LLM4CraSolver

Exploring Large Language Models in Resolving Crash Bugs: Localizing and Repairing

Benchmark

We focus on crash bugs in the Java programs given their high prevalence. To construct our benchmark, we first select high-quality SO threads from the Stack Overflow data, as well as create a comprehensive list of common Java exception types.
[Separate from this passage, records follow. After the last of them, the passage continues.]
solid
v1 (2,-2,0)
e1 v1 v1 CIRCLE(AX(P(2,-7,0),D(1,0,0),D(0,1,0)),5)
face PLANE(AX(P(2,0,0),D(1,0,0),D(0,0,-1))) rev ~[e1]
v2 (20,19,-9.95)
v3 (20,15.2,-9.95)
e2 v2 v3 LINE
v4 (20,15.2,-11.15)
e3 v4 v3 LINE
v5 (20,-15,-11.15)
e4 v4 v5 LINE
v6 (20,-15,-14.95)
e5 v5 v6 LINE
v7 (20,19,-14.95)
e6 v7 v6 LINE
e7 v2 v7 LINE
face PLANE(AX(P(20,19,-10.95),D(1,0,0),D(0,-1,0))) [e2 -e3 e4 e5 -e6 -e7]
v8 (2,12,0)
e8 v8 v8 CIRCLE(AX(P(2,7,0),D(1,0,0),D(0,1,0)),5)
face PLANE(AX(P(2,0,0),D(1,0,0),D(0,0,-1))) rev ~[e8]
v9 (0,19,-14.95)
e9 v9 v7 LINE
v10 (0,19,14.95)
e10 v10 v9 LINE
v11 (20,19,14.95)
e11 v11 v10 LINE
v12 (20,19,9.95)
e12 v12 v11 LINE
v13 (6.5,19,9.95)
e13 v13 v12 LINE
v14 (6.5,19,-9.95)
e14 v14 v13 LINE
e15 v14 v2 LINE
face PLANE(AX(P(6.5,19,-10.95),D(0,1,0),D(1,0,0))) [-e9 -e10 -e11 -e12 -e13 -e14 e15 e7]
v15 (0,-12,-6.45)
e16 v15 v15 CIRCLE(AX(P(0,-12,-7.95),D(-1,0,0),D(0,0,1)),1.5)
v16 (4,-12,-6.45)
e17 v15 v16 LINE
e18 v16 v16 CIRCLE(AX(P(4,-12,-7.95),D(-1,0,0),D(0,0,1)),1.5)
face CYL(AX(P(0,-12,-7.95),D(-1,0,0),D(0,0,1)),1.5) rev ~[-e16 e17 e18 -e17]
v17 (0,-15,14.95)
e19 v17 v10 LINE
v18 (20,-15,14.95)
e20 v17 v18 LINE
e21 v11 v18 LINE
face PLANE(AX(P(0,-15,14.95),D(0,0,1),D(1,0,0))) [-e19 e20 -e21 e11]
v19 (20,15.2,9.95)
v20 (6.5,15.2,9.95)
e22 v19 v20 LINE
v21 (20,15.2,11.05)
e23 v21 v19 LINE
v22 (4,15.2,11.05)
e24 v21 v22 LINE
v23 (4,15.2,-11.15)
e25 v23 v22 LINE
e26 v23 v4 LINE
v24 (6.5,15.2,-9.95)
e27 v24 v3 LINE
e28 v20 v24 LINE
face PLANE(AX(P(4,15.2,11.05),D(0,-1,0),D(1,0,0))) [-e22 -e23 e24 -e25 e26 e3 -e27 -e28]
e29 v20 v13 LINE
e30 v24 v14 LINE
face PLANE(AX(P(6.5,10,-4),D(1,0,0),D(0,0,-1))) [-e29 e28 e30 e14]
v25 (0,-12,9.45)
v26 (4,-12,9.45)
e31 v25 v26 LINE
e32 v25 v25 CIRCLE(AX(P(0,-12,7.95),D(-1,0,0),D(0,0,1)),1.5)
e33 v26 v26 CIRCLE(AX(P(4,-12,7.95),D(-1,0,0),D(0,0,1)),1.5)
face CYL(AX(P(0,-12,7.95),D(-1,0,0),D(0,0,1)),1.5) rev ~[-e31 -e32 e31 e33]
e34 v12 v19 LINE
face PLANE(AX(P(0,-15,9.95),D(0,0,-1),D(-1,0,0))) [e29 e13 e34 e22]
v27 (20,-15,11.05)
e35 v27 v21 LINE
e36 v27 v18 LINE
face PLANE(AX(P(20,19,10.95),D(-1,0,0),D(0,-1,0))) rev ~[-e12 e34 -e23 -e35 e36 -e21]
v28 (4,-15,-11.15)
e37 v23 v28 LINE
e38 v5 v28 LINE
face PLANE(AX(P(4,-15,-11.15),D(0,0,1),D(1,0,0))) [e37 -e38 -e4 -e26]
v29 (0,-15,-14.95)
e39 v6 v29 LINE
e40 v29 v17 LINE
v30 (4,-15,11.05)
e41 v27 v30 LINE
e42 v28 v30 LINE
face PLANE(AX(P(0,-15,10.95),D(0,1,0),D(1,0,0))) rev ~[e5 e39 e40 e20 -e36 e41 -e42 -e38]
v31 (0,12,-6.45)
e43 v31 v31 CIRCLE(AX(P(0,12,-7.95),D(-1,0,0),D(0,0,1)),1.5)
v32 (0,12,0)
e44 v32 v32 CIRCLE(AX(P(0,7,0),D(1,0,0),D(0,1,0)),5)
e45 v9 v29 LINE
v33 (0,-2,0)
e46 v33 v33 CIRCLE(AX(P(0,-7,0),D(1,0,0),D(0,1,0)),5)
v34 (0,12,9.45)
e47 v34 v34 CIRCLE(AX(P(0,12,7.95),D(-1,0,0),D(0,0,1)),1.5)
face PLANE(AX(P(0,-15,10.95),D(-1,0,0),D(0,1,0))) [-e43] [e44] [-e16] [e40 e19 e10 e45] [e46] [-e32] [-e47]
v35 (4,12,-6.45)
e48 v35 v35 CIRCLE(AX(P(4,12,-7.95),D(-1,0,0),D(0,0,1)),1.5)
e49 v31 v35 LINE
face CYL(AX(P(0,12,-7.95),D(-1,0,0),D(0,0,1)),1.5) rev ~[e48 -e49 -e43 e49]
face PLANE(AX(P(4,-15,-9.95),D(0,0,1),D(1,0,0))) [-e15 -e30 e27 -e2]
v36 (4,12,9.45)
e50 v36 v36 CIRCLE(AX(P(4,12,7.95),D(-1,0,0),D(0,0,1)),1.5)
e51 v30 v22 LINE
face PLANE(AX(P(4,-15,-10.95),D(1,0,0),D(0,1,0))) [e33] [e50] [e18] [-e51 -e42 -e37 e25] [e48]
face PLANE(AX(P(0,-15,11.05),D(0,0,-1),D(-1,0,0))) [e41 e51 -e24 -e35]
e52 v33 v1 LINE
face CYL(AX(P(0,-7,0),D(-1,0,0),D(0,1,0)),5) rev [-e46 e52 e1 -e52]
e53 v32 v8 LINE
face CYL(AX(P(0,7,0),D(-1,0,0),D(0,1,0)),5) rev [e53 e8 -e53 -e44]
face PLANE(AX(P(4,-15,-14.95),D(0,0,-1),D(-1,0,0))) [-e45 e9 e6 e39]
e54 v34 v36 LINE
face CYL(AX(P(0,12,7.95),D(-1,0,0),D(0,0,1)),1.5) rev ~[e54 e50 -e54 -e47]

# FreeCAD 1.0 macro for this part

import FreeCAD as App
import Part
import Sketcher

V = App.Vector
Q = App.Units.Quantity


def add_polygon(sketch, points):
    """Adds a closed chain of lines whose ends are joined by coincident constraints."""
    first, n = sketch.GeometryCount, len(points)
    for a, b in zip(points, points[1:] + points[:1]):
        sketch.addGeometry(Part.LineSegment(App.Vector(*a, 0), App.Vector(*b, 0)), False)
    for i in range(n):
        sketch.addConstraint(Sketcher.Constraint("Coincident", first + i, 2, first + (i + 1) % n, 1))

doc = App.newDocument("Part")
body = doc.addObject("PartDesign::Body", "Body")

sketch1 = doc.addObject("Sketcher::SketchObject", "Sketch")
body.addObject(sketch1)
sketch1.AttachmentSupport = (doc.YZ_Plane, [""])
sketch1.MapMode = "FlatFace"
add_polygon(sketch1, [(-15, 11), (-15, -11), (15, -11), (15, 11)])
sketch1.addGeometry(Part.Circle(V(-7, 0, 0), V(0, 0, 1), 5), False)
sketch1.addGeometry(Part.Circle(V(7, 0, 0), V(0, 0, 1), 5), False)
sketch1.addConstraint(Sketcher.Constraint("Vertical", 0))
sketch1.addConstraint(Sketcher.Constraint("Horizontal", 1))
sketch1.addConstraint(Sketcher.Constraint("Vertical", 2))
sketch1.addConstraint(Sketcher.Constraint("Horizontal", 3))
sketch1.addConstraint(Sketcher.Constraint("Equal", 4, 5))
sketch1.addConstraint(Sketcher.Constraint("Symmetric", 4, 3, 5, 3, -1, 1))
sketch1.addConstraint(Sketcher.Constraint("Symmetric", 0, 2, 2, 2, -1, 1))
sketch1.addConstraint(Sketcher.Constraint("PointOnObject", 4, 3, -1))
sketch1.addConstraint(Sketcher.Constraint("Diameter", 4, Q("10 mm")))
sketch1.addConstraint(Sketcher.Constraint("DistanceX", 1, 1, 1, 2, Q("30 mm")))
sketch1.addConstraint(Sketcher.Constraint("DistanceY", 0, 2, 0, 1, Q("21.9 mm")))
sketch1.addConstraint(Sketcher.Constraint("DistanceX", 4, 3, 5, 3, Q("14 mm")))
pad1 = doc.addObject("PartDesign::Pad", "Pad")
body.addObject(pad1)
pad1.Profile = sketch1
pad1.Length = 2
Furthermore, we sample 100 threads from the 67,248 threads collected as our RQ1 benchmark.

SO threads, 67248 SO threads related to java crash bugs.
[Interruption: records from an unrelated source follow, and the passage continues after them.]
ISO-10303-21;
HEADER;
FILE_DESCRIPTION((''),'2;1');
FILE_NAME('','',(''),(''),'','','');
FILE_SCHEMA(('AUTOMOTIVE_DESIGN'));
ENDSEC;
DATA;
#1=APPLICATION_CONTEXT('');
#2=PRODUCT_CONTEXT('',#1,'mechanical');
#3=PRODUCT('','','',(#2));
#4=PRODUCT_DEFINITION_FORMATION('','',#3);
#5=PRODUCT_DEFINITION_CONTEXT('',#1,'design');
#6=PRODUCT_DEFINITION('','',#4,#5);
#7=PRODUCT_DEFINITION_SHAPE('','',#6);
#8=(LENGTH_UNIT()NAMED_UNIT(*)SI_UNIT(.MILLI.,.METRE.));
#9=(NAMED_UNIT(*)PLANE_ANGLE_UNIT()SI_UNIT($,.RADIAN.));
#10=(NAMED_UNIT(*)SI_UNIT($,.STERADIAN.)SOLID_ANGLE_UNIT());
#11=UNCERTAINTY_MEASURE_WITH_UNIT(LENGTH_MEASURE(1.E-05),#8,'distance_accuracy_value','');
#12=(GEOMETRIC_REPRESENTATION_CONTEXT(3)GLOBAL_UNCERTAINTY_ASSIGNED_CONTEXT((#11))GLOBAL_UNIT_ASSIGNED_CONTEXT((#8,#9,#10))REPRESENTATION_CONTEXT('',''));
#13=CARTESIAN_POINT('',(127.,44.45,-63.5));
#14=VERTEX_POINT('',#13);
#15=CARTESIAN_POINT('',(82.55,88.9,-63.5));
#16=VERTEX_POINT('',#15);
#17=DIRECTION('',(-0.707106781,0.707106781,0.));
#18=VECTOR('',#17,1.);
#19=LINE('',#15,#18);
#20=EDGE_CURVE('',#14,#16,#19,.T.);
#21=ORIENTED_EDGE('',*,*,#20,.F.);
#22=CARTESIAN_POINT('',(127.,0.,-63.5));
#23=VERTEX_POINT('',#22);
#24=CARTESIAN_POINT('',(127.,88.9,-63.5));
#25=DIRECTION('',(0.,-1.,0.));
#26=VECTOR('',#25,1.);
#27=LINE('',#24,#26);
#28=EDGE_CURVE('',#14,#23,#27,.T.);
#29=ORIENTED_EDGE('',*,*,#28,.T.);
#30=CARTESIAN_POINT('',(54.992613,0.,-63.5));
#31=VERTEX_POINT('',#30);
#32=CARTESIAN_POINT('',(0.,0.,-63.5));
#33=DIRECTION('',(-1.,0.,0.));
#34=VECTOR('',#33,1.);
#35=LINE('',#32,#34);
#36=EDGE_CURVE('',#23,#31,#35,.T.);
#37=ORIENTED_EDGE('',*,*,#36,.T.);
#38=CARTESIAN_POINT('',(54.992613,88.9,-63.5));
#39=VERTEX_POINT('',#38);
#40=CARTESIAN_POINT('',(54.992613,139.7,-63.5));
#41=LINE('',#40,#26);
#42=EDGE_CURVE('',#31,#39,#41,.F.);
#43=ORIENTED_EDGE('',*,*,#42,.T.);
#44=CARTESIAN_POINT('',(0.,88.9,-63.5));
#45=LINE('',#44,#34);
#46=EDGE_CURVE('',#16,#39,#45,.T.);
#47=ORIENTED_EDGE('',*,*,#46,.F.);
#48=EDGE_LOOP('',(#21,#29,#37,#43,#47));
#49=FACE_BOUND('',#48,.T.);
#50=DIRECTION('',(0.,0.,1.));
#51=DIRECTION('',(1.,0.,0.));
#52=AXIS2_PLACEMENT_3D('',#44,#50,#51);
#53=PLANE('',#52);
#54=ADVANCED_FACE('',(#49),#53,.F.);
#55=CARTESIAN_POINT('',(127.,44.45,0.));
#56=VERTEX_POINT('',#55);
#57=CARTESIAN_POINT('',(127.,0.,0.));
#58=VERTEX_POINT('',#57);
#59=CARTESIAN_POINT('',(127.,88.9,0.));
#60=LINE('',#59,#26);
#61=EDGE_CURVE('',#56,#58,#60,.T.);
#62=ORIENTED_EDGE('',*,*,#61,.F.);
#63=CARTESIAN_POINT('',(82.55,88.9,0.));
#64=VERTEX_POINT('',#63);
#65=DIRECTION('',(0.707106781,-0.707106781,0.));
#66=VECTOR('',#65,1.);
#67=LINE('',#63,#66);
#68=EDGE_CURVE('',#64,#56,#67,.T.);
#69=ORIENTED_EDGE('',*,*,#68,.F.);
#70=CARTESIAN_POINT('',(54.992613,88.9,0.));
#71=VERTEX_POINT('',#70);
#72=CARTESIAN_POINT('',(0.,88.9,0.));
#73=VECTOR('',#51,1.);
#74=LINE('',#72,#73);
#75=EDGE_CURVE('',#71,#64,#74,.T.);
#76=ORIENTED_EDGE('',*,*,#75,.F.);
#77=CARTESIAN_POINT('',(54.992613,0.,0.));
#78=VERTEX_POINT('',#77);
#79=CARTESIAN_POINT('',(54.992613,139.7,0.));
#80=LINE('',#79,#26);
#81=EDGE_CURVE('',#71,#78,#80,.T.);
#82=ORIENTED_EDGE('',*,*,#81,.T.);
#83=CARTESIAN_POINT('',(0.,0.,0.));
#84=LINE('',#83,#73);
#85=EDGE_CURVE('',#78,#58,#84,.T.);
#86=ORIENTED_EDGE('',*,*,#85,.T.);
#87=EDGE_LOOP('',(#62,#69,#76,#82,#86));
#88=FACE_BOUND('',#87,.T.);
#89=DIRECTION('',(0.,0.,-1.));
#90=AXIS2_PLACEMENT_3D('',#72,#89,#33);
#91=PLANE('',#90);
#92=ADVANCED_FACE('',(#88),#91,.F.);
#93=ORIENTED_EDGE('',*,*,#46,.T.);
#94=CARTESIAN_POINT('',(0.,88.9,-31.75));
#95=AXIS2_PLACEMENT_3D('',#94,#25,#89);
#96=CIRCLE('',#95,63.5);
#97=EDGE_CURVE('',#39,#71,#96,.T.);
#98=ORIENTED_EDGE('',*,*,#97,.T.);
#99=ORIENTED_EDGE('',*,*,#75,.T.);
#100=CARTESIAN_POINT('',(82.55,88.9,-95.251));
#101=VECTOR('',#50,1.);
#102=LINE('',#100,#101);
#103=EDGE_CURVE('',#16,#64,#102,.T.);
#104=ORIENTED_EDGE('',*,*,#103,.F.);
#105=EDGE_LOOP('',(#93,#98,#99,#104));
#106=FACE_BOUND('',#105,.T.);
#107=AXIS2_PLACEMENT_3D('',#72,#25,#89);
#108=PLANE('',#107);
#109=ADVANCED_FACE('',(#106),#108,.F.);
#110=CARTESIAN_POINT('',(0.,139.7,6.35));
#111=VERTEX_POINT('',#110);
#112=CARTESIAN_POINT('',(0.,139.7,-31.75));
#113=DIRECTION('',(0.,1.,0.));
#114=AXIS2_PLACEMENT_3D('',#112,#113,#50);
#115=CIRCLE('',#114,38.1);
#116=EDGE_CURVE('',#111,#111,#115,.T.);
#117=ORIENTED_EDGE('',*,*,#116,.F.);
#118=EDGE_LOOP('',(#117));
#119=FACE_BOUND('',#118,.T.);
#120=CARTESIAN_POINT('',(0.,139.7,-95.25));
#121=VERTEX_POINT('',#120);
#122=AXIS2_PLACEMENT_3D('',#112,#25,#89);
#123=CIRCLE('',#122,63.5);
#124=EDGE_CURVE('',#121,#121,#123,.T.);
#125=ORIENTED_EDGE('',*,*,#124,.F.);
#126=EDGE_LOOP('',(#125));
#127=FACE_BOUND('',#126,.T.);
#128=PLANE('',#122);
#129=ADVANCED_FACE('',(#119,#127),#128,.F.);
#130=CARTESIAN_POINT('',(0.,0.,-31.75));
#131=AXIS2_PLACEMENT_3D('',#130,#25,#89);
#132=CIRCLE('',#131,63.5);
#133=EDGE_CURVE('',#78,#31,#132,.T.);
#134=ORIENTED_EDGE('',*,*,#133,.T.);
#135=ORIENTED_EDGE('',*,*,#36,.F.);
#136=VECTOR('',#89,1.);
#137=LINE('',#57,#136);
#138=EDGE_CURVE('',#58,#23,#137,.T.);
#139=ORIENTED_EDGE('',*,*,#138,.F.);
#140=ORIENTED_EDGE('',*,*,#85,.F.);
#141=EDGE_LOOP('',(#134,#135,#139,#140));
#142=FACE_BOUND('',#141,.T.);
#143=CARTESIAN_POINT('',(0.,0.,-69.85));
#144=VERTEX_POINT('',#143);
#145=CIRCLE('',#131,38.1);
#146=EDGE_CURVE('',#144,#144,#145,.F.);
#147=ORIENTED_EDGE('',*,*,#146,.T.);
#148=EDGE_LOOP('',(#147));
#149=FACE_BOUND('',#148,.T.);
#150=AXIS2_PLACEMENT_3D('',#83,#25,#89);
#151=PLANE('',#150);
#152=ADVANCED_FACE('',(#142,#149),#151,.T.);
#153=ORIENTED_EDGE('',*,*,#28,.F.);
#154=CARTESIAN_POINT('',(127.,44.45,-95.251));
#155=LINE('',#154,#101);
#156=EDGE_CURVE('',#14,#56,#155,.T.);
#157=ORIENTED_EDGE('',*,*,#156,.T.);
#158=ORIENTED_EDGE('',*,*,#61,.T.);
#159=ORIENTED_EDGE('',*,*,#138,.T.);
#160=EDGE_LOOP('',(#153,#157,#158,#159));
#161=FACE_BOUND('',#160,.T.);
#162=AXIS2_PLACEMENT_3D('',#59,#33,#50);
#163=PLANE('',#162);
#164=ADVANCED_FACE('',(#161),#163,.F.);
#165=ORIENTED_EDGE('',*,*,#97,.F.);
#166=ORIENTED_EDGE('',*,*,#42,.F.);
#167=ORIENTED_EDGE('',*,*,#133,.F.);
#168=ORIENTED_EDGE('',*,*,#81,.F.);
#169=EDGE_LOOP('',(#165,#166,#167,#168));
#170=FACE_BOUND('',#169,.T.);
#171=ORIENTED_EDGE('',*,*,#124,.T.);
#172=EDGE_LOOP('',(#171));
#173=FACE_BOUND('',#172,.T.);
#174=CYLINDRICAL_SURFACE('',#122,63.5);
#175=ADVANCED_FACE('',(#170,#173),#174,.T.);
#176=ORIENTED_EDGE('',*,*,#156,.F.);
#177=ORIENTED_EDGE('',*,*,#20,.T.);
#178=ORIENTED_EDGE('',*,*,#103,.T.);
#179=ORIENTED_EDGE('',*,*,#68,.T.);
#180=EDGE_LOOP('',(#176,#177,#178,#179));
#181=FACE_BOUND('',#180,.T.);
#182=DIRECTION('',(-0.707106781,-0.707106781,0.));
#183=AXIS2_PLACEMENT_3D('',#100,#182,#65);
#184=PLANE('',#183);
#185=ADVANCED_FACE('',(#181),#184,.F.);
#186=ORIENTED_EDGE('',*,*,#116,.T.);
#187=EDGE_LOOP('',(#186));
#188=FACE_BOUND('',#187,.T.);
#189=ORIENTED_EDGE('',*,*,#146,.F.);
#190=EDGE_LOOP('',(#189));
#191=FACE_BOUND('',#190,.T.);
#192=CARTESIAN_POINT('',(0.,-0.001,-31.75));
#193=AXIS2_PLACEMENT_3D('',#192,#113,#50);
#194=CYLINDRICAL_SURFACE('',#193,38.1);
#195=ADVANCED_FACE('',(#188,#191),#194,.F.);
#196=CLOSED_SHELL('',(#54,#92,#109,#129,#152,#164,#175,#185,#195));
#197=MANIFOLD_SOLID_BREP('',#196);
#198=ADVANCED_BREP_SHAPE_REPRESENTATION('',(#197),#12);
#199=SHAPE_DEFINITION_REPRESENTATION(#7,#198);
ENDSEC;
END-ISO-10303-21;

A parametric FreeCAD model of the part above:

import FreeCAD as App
import Part
import Sketcher

V = App.Vector
Q = App.Units.Quantity

doc = App.newDocument("Part")
body = doc.addObject("PartDesign::Body", "Body")

# Sketch on XZ plane
sketch1 = body.newObject("Sketcher::SketchObject", "Sketch")
sketch1.AttachmentSupport = (doc.getObject("XZ_Plane"), [""])
sketch1.MapMode = "FlatFace"
sketch1.addGeometry([
    Part.LineSegment(V(0, -64, 0), V(0, 0, 0)),
    Part.LineSegment(V(0, 0, 0), V(127, 0, 0)),
    Part.LineSegment(V(127, 0, 0), V(127, -64, 0)),
    Part.LineSegment(V(127, -64, 0), V(0, -64, 0)),
], False)
sketch1.addConstraint([
    Sketcher.Constraint("Coincident", 0, 2, 1, 1),
    Sketcher.Constraint("Coincident", 1, 2, 2, 1),
    Sketcher.Constraint("Coincident", 2, 2, 3, 1),
    Sketcher.Constraint("Coincident", 3, 2, 0, 1),
    Sketcher.Constraint("Vertical", 0),
    Sketcher.Constraint("Horizontal", 1),
    Sketcher.Constraint("Vertical", 2),
    Sketcher.Constraint("Horizontal", 3),
    Sketcher.Constraint("Coincident", 0, 2, -1, 1),
    Sketcher.Constraint("DistanceX", 1, 1, 1, 2, Q("5 in")),
    Sketcher.Constraint("DistanceY", 0, 1, 0, 2, Q("2.5 in")),
])
pad1 = body.newObject("PartDesign::Pad", "Pad")
pad1.Profile = sketch1
pad1.Length = Q("3.5 in")
pad1.Reversed = True

# Sketch on XZ plane
sketch2 = body.newObject("Sketcher::SketchObject", "Sketch001")
sketch2.AttachmentSupport = (doc.getObject("XZ_Plane"), [""])
sketch2.MapMode = "FlatFace"
sketch2.addGeometry(Part.Circle(V(0, -32, 0), V(0, 0, 1), 64), False)
sketch2.addConstraint([
    Sketcher.Constraint("PointOnObject", 0, 3, -2),
    Sketcher.Constraint("Diameter", 0, Q("5 in")),
    Sketcher.Constraint("DistanceY", 0, 3, -1, 1, Q("1.25 in")),
])
pad2 = body.newObject("PartDesign::Pad", "Pad001")
pad2.Profile = sketch2
pad2.Length = Q("5.5 in")
pad2.Reversed = True

# Sketch on XY plane
sketch3 = body.newObject("Sketcher::SketchObject", "Sketch002")
sketch3.AttachmentSupport = (doc.getObject("XY_Plane"), [""])
sketch3.MapMode = "FlatFace"
sketch3.addGeometry([
    Part.LineSegment(V(83, 89, 0), V(127, 44, 0)),
    Part.LineSegment(V(127, 44, 0), V(127, 89, 0)),
    Part.LineSegment(V(127, 89, 0), V(83, 89, 0)),
], False)
sketch3.addConstraint([
    Sketcher.Constraint("Coincident", 0, 2, 1, 1),
    Sketcher.Constraint("Coincident", 1, 2, 2, 1),
    Sketcher.Constraint("Coincident", 2, 2, 0, 1),
    Sketcher.Constraint("Vertical", 1),
    Sketcher.Constraint("Horizontal", 2),
    Sketcher.Constraint("Equal", 2, 1),
    Sketcher.Constraint("DistanceX", -1, 1, 0, 2, Q("5 in")),
    Sketcher.Constraint("DistanceX", 2, 2, 2, 1, Q("1.75 in")),
    Sketcher.Constraint("DistanceY", -1, 1, 1, 2, Q("3.5 in")),
])
pocket1 = body.newObject("PartDesign::Pocket", "Pocket")
pocket1.Profile = sketch3
pocket1.Type = "UpToFirst"

# Sketch on XZ plane
sketch4 = body.newObject("Sketcher::SketchObject", "Sketch003")
sketch4.AttachmentSupport = (doc.getObject("XZ_Plane"), [""])
sketch4.MapMode = "FlatFace"
sketch4.AttachmentOffset = App.Placement(V(0, 0, -5.5 * 25.4), App.Rotation())
sketch4.addGeometry(Part.Circle(V(0, -32, 0), V(0, 0, 1), 38), False)
sketch4.addConstraint([
    Sketcher.Constraint("PointOnObject", 0, 3, -2),
    Sketcher.Constraint("Diameter", 0, Q("3 in")),
    Sketcher.Constraint("DistanceY", 0, 3, -1, 1, Q("1.25 in")),
])
pocket2 = body.newObject("PartDesign::Pocket", "Pocket001")
pocket2.Profile = sketch4
pocket2.Type = "UpToFirst"
pocket2.Reversed = True

doc.recompute()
Java exceptions types, the 737 common Java exceptions we parse from Java libraries from Maven Central.

100 crash bugs benchmark, the 100 SO threads we sample from the 67248 SO threads including 50 code-related crash bugs and 50 environment-related crash bugs.

41 crash bugs benchmark, To validate the effectiveness of our proposed approach, we create a new benchmark consisting of 41 crash bugs (including 11 code-related crash bugs and 30 environment-related crash bugs) that could not be successfully repaired in RQ1 when provided full crash description.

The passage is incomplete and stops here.